## Data supplied
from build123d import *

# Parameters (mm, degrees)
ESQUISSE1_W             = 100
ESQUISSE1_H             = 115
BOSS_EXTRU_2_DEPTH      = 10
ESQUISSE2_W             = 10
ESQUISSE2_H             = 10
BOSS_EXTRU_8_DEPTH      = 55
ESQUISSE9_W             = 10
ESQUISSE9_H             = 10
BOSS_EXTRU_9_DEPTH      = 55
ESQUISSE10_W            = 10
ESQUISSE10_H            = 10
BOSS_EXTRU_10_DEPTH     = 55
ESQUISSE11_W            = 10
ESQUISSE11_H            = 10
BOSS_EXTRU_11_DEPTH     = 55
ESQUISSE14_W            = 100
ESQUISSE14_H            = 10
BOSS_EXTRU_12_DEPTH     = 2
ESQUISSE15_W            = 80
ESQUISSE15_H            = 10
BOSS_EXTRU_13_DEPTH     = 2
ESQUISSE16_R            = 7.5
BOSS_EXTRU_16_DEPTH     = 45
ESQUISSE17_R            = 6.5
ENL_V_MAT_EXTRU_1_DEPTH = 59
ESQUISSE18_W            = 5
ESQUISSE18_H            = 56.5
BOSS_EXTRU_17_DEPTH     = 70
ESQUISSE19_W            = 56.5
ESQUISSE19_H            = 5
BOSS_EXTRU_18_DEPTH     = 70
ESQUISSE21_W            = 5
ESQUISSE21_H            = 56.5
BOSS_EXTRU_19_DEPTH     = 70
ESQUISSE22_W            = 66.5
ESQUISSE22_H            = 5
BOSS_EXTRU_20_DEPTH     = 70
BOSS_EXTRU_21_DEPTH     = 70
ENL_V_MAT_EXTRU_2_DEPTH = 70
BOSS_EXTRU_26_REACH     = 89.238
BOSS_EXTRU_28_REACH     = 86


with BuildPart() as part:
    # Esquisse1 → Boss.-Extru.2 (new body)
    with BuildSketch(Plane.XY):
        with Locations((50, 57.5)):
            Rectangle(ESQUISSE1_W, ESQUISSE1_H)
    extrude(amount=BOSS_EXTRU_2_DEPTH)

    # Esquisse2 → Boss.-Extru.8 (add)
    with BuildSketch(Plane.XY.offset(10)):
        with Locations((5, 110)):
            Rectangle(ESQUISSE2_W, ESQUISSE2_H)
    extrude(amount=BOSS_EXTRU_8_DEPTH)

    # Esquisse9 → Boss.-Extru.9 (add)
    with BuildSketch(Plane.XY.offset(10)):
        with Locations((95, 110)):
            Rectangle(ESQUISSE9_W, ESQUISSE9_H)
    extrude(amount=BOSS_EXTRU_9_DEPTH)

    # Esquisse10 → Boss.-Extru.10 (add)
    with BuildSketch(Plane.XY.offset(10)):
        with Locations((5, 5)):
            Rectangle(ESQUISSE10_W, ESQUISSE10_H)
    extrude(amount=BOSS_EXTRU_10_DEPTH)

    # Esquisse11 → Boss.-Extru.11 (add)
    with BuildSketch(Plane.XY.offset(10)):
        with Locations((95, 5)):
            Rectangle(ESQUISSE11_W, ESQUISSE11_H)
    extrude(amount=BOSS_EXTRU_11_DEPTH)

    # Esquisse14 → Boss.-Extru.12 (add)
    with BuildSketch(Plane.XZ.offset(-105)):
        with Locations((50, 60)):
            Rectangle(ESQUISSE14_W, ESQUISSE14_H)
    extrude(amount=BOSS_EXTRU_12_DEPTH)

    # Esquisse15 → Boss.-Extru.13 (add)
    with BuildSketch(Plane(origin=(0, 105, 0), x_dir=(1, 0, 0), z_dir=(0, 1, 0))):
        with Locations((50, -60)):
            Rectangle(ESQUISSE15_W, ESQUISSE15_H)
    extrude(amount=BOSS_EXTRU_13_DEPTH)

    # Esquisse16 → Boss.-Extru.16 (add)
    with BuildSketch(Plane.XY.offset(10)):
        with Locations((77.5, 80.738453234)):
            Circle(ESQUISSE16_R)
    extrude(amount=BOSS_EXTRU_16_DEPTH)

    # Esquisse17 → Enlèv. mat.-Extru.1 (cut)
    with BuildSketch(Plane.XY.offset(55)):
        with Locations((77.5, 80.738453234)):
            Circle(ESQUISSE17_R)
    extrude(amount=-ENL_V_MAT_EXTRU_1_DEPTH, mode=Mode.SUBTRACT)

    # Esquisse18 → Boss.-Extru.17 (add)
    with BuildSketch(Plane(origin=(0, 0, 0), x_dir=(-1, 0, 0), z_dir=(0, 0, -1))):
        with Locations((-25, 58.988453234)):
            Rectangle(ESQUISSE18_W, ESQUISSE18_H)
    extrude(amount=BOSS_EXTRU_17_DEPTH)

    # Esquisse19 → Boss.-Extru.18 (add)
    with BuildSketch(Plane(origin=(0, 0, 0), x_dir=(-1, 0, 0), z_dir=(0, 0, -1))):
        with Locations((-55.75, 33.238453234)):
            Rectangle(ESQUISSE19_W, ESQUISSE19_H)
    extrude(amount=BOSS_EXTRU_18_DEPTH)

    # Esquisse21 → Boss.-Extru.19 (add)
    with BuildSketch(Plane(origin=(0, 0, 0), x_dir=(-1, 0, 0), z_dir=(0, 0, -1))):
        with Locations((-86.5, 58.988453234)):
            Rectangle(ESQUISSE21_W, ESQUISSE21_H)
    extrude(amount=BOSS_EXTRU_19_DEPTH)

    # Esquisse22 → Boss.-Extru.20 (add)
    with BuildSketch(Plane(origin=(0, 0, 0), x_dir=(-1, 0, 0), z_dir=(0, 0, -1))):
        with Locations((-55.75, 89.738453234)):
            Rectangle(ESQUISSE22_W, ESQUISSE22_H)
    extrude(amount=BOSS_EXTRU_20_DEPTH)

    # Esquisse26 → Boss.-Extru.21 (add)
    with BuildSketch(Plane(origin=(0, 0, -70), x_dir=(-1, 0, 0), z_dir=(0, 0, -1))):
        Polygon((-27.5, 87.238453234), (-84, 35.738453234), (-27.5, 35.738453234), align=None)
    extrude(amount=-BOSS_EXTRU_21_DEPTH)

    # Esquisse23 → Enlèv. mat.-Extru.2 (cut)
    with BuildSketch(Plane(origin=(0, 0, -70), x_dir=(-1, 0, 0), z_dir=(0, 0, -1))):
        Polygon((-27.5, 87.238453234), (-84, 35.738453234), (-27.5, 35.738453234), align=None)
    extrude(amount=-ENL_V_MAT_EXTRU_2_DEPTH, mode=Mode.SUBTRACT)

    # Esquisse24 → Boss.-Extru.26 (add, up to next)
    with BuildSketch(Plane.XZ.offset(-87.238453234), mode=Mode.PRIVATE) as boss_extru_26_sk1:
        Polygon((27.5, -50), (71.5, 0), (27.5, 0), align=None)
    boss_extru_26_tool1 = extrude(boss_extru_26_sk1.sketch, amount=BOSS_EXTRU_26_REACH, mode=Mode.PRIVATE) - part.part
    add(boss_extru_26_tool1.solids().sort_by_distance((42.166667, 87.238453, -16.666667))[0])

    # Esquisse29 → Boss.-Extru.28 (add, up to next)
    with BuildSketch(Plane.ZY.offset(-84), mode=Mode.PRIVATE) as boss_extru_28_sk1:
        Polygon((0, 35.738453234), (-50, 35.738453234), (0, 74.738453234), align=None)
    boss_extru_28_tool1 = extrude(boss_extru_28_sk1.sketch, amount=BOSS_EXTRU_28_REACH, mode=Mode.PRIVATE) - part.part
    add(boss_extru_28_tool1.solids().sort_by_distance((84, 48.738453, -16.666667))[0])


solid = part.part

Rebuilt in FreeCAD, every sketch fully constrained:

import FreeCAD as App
import Part
import Sketcher
Q = App.Units.Quantity

doc = App.newDocument("Part")
body = doc.addObject("PartDesign::Body", "Body")

sketch1 = body.newObject("Sketcher::SketchObject", "Sketch")
sketch1.AttachmentSupport = (doc.getObject("XY_Plane"), [""])
sketch1.MapMode = "FlatFace"
sketch1.addGeometry([
    Part.LineSegment(App.Vector(0, 115, 0), App.Vector(0, 0, 0)),
    Part.LineSegment(App.Vector(0, 0, 0), App.Vector(100, 0, 0)),
    Part.LineSegment(App.Vector(100, 0, 0), App.Vector(100, 115, 0)),
    Part.LineSegment(App.Vector(100, 115, 0), App.Vector(0, 115, 0)),
], False)
sketch1.addConstraint([
    Sketcher.Constraint("Coincident", 0, 2, 1, 1),
    Sketcher.Constraint("Coincident", 1, 2, 2, 1),
    Sketcher.Constraint("Coincident", 2, 2, 3, 1),
    Sketcher.Constraint("Coincident", 3, 2, 0, 1),
    Sketcher.Constraint("Vertical", 0),
    Sketcher.Constraint("Horizontal", 1),
    Sketcher.Constraint("Vertical", 2),
    Sketcher.Constraint("Horizontal", 3),
    Sketcher.Constraint("Coincident", 0, 2, -1, 1),
    Sketcher.Constraint("DistanceX", 1, 1, 1, 2, Q("100 mm")),
    Sketcher.Constraint("DistanceY", 0, 2, 0, 1, Q("115 mm")),
])
pad1 = body.newObject("PartDesign::Pad", "Pad")
pad1.Profile = sketch1
pad1.Length = 10

sketch2 = body.newObject("Sketcher::SketchObject", "Sketch001")
sketch2.AttachmentSupport = (doc.getObject("XY_Plane"), [""])
sketch2.MapMode = "FlatFace"
sketch2.AttachmentOffset = App.Placement(App.Vector(0, 0, 10), App.Rotation())
sketch2.addGeometry([
    Part.LineSegment(App.Vector(0, 115, 0), App.Vector(0, 105, 0)),
    Part.LineSegment(App.Vector(0, 105, 0), App.Vector(10, 105, 0)),
    Part.LineSegment(App.Vector(10, 105, 0), App.Vector(10, 115, 0)),
    Part.LineSegment(App.Vector(10, 115, 0), App.Vector(0, 115, 0)),
], False)
sketch2.addConstraint([
    Sketcher.Constraint("Coincident", 0, 2, 1, 1),
    Sketcher.Constraint("Coincident", 1, 2, 2, 1),
    Sketcher.Constraint("Coincident", 2, 2, 3, 1),
    Sketcher.Constraint("Coincident", 3, 2, 0, 1),
    Sketcher.Constraint("Vertical", 0),
    Sketcher.Constraint("Horizontal", 1),
    Sketcher.Constraint("Vertical", 2),
    Sketcher.Constraint("Horizontal", 3),
    Sketcher.Constraint("PointOnObject", 0, 2, -2),
    Sketcher.Constraint("Equal", 3, 0),
    Sketcher.Constraint("DistanceX", 1, 1, 1, 2, Q("10 mm")),
    Sketcher.Constraint("DistanceY", -1, 1, 0, 2, Q("105 mm")),
])
pad2 = body.newObject("PartDesign::Pad", "Pad001")
pad2.Profile = sketch2
pad2.Length = 55

sketch3 = body.newObject("Sketcher::SketchObject", "Sketch002")
sketch3.AttachmentSupport = (doc.getObject("XY_Plane"), [""])
sketch3.MapMode = "FlatFace"
sketch3.AttachmentOffset = App.Placement(App.Vector(0, 0, 10), App.Rotation())
sketch3.addGeometry([
    Part.LineSegment(App.Vector(90, 115, 0), App.Vector(90, 105, 0)),
    Part.LineSegment(App.Vector(90, 105, 0), App.Vector(100, 105, 0)),
    Part.LineSegment(App.Vector(100, 105, 0), App.Vector(100, 115, 0)),
    Part.LineSegment(App.Vector(100, 115, 0), App.Vector(90, 115, 0)),
], False)
sketch3.addConstraint([
    Sketcher.Constraint("Coincident", 0, 2, 1, 1),
    Sketcher.Constraint("Coincident", 1, 2, 2, 1),
    Sketcher.Constraint("Coincident", 2, 2, 3, 1),
    Sketcher.Constraint("Coincident", 3, 2, 0, 1),
    Sketcher.Constraint("Vertical", 0),
    Sketcher.Constraint("Horizontal", 1),
    Sketcher.Constraint("Vertical", 2),
    Sketcher.Constraint("Horizontal", 3),
    Sketcher.Constraint("Equal", 3, 0),
    Sketcher.Constraint("DistanceX", 1, 1, 1, 2, Q("10 mm")),
    Sketcher.Constraint("DistanceX", -1, 1, 0, 2, Q("90 mm")),
    Sketcher.Constraint("DistanceY", -1, 1, 0, 2, Q("105 mm")),
])
pad3 = body.newObject("PartDesign::Pad", "Pad002")
pad3.Profile = sketch3
pad3.Length = 55

sketch4 = body.newObject("Sketcher::SketchObject", "Sketch003")
sketch4.AttachmentSupport = (doc.getObject("XY_Plane"), [""])
sketch4.MapMode = "FlatFace"
sketch4.AttachmentOffset = App.Placement(App.Vector(0, 0, 10), App.Rotation())
sketch4.addGeometry([
    Part.LineSegment(App.Vector(0, 10, 0), App.Vector(0, 0, 0)),
    Part.LineSegment(App.Vector(0, 0, 0), App.Vector(10, 0, 0)),
    Part.LineSegment(App.Vector(10, 0, 0), App.Vector(10, 10, 0)),
    Part.LineSegment(App.Vector(10, 10, 0), App.Vector(0, 10, 0)),
], False)
sketch4.addConstraint([
    Sketcher.Constraint("Coincident", 0, 2, 1, 1),
    Sketcher.Constraint("Coincident", 1, 2, 2, 1),
    Sketcher.Constraint("Coincident", 2, 2, 3, 1),
    Sketcher.Constraint("Coincident", 3, 2, 0, 1),
    Sketcher.Constraint("Vertical", 0),
    Sketcher.Constraint("Horizontal", 1),
    Sketcher.Constraint("Vertical", 2),
    Sketcher.Constraint("Horizontal", 3),
    Sketcher.Constraint("Coincident", 0, 2, -1, 1),
    Sketcher.Constraint("Equal", 3, 0),
    Sketcher.Constraint("DistanceX", 1, 1, 1, 2, Q("10 mm")),
])
pad4 = body.newObject("PartDesign::Pad", "Pad003")
pad4.Profile = sketch4
pad4.Length = 55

## About this exercise
For each line of the listing that holds the word "Circle", show that line.

## Result below
            Circle(ESQUISSE16_R)
            Circle(ESQUISSE17_R)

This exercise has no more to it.